▶ Task goal
The entries below contain a stretch that opens with the line containing "f 252 251 118" and closes with the line containing "f 166 202 200"; set down that stretch exactly, both ends included, and nothing else.

-------- Exercise data --------

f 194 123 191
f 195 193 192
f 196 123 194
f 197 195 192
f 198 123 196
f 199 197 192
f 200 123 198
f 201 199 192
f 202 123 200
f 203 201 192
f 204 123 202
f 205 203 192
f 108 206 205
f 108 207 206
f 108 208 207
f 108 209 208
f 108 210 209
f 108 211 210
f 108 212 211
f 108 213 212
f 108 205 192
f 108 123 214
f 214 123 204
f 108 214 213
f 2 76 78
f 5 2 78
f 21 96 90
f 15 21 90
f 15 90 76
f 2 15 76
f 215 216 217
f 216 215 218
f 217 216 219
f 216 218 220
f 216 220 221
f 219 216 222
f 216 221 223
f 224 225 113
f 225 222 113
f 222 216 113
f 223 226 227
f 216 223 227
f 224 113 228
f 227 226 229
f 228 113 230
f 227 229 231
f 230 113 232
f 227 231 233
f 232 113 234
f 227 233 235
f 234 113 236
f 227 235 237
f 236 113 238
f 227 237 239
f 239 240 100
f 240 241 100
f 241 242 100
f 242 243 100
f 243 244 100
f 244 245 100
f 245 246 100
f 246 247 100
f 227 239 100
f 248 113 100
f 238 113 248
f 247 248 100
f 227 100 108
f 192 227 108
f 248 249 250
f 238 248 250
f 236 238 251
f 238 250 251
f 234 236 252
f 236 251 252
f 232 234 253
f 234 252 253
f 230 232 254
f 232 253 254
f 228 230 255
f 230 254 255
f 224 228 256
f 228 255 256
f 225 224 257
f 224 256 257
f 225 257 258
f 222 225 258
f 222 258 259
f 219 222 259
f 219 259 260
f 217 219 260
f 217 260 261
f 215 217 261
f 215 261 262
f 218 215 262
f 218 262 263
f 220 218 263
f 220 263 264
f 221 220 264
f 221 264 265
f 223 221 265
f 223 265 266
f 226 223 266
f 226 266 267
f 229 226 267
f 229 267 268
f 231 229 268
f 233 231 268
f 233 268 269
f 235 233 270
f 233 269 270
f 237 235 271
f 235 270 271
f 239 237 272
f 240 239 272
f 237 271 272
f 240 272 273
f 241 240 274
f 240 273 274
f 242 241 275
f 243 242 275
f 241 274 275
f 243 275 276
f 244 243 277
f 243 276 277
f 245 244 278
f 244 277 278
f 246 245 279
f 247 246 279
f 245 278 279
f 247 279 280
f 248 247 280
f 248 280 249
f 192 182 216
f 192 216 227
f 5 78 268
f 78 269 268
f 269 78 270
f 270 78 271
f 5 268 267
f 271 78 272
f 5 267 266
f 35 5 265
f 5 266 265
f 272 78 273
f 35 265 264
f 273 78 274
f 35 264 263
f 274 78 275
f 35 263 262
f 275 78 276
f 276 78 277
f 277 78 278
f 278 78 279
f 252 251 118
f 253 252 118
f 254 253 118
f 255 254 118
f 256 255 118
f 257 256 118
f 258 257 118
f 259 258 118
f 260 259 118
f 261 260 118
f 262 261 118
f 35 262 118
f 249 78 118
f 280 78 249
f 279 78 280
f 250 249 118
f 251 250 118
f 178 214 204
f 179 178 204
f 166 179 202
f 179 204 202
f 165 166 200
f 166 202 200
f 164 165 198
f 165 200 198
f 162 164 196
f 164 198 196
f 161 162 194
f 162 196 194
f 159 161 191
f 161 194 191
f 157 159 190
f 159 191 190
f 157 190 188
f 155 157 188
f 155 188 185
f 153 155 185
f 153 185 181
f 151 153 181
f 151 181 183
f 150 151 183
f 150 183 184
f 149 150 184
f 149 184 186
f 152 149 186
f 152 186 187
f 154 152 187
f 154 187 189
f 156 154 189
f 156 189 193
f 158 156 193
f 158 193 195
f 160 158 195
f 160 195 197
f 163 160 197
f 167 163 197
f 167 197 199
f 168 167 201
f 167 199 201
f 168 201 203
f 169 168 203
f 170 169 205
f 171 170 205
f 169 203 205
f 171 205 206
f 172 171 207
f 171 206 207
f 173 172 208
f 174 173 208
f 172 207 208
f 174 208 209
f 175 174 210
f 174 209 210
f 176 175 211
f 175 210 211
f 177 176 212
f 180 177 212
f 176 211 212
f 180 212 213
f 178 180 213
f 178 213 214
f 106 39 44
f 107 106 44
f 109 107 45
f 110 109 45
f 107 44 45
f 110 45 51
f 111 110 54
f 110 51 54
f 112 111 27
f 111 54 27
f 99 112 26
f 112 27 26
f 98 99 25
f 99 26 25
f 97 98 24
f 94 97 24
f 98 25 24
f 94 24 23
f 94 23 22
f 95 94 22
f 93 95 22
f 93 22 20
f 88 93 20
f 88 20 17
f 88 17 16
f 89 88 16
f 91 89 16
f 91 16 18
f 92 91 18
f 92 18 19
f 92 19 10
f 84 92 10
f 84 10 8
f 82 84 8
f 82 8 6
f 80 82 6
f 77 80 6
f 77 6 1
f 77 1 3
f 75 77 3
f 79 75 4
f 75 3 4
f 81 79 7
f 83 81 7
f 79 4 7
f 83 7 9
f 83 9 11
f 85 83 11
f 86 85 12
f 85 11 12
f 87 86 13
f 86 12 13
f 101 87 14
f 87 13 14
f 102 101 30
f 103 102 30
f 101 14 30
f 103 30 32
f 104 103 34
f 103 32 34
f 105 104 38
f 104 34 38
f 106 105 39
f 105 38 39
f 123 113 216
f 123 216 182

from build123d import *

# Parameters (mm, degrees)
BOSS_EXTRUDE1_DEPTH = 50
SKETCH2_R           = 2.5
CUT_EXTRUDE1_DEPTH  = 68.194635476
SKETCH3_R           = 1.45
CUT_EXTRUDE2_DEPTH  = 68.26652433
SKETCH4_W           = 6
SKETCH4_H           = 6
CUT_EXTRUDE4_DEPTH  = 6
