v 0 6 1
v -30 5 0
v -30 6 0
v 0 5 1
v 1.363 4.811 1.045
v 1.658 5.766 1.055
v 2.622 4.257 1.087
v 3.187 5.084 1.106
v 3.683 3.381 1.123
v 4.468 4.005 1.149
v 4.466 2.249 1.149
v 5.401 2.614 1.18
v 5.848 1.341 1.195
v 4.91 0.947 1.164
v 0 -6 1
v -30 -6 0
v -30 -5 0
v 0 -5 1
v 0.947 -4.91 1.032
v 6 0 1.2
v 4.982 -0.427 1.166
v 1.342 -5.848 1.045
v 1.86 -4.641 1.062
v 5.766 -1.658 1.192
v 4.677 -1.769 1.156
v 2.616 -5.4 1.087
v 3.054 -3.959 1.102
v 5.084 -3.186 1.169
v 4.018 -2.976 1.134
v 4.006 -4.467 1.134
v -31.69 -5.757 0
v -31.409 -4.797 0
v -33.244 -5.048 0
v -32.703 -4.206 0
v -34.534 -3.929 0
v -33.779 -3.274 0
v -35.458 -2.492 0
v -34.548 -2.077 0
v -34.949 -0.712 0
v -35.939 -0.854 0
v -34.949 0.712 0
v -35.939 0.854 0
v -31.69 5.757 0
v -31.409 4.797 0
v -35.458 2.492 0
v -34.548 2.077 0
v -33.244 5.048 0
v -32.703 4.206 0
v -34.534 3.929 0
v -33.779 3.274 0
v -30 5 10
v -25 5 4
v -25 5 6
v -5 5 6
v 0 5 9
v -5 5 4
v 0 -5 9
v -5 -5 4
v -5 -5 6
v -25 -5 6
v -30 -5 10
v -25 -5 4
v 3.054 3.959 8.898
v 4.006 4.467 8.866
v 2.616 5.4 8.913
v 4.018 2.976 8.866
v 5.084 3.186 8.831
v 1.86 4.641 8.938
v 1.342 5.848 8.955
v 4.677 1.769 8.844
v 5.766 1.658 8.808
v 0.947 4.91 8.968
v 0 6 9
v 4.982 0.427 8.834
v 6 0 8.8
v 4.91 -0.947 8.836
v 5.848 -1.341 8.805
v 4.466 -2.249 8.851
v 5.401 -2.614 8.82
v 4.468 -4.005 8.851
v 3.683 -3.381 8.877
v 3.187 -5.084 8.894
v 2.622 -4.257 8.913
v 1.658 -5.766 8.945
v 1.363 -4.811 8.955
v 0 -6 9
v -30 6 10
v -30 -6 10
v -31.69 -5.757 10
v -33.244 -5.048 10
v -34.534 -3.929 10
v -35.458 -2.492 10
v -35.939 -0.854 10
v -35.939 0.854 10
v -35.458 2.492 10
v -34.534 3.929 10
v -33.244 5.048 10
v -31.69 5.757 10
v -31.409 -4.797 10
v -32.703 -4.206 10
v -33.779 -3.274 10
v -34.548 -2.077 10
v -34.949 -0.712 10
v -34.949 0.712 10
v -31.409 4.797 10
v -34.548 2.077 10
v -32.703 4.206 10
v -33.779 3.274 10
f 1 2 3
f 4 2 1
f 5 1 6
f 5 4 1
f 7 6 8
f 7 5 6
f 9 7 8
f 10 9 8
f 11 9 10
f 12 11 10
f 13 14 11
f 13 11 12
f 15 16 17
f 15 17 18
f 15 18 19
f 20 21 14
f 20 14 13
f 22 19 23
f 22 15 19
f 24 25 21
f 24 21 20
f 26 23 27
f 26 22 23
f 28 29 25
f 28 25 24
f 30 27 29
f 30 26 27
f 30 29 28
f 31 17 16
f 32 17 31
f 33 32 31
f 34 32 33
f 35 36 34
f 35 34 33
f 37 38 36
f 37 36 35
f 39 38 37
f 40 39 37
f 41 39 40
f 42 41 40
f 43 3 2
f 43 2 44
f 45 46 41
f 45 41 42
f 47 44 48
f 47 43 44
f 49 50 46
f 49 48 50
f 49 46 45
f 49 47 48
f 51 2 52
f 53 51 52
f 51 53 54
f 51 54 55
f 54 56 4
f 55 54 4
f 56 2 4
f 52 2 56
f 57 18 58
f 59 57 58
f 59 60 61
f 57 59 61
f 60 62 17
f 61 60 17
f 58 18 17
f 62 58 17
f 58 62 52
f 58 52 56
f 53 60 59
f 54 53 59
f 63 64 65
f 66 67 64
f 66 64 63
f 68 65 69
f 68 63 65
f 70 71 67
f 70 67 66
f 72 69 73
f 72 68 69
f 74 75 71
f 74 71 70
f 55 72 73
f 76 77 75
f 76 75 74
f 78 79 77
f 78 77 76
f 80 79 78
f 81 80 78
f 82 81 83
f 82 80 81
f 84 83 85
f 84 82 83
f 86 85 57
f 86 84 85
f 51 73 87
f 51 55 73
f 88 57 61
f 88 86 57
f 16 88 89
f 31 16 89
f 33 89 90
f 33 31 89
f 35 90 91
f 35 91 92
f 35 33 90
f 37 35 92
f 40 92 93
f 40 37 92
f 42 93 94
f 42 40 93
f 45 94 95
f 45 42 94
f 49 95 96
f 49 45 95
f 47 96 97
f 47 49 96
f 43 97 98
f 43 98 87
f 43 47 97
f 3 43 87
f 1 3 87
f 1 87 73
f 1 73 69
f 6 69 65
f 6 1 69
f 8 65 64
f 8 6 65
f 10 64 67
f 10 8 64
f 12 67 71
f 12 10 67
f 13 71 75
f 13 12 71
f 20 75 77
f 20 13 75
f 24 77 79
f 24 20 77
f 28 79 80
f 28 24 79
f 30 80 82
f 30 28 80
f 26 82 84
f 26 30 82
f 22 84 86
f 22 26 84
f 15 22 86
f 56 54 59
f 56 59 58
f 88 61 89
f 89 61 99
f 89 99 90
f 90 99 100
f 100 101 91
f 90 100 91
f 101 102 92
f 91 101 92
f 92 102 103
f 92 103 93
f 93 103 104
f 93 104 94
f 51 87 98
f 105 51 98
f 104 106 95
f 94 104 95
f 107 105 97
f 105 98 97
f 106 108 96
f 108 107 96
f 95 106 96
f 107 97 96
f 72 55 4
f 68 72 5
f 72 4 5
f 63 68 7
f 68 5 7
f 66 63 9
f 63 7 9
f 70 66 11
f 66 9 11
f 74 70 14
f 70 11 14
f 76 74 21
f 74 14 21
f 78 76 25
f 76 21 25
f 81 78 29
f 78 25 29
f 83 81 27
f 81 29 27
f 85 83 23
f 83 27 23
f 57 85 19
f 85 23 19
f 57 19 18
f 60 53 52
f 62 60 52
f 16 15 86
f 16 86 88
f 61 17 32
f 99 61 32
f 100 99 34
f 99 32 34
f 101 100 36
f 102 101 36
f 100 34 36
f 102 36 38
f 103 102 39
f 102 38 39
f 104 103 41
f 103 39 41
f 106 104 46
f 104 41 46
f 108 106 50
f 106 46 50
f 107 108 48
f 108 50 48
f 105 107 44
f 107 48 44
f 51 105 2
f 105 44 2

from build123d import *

# Parameters (mm, degrees)
BOSS_EXTRUDE1_DEPTH = 10
SKETCH2_W           = 20
SKETCH2_H           = 2
BOSS_EXTRUDE2_DEPTH = 10
CUT_EXTRUDE1_START  = -12
CUT_EXTRUDE1_DEPTH  = 12


# Read off the part's stored shape, not the designer's step: Cut-Extrude1
with BuildPart() as part:
    # Sketch1 → Boss-Extrude1 (new body)
    with BuildSketch(Plane.XY):
        with BuildLine():
            Line((0, -6), (-30, -6))
            ThreePointArc((-30, -6), (-36, 0), (-30, 6))
            Line((-30, 6), (0, 6))
            ThreePointArc((0, 6), (6, 0), (0, -6))
        make_face()
        with BuildLine():
            Line((-30, 5), (0, 5))
            ThreePointArc((0, 5), (5, 0), (0, -5))
            Line((0, -5), (-30, -5))
            ThreePointArc((-30, -5), (-35, 0), (-30, 5))
        make_face(mode=Mode.SUBTRACT)
    extrude(amount=BOSS_EXTRUDE1_DEPTH)

    # Sketch2 → Boss-Extrude2 (add)
    with BuildSketch(Plane(origin=(0, -5, 0), x_dir=(1, 0, 0), z_dir=(0, 1, 0))):
        with Locations((-15, -5)):
            Rectangle(SKETCH2_W, SKETCH2_H)
    extrude(amount=BOSS_EXTRUDE2_DEPTH)

    # Cut-Extrude1 outline → Cut-Extrude1 (cut)
    with BuildSketch(Plane(origin=(0, 6, 0), x_dir=(1, 0, 0), z_dir=(0, 1, 0)).offset(CUT_EXTRUDE1_START)):
        Polygon((6, -8.8), (-30, -10), (7, -10), (7, -8.766666667), align=None)
        Polygon((6, -1.2), (7, -1.233333333), (7, 0), (-30, 0), align=None)
    extrude(amount=CUT_EXTRUDE1_DEPTH, mode=Mode.SUBTRACT)


solid = part.part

--------

▶ Answer to the exercise
f 252 251 118
f 253 252 118
f 254 253 118
f 255 254 118
f 256 255 118
f 257 256 118
f 258 257 118
f 259 258 118
f 260 259 118
f 261 260 118
f 262 261 118
f 35 262 118
f 249 78 118
f 280 78 249
f 279 78 280
f 250 249 118
f 251 250 118
f 178 214 204
f 179 178 204
f 166 179 202
f 179 204 202
f 165 166 200
f 166 202 200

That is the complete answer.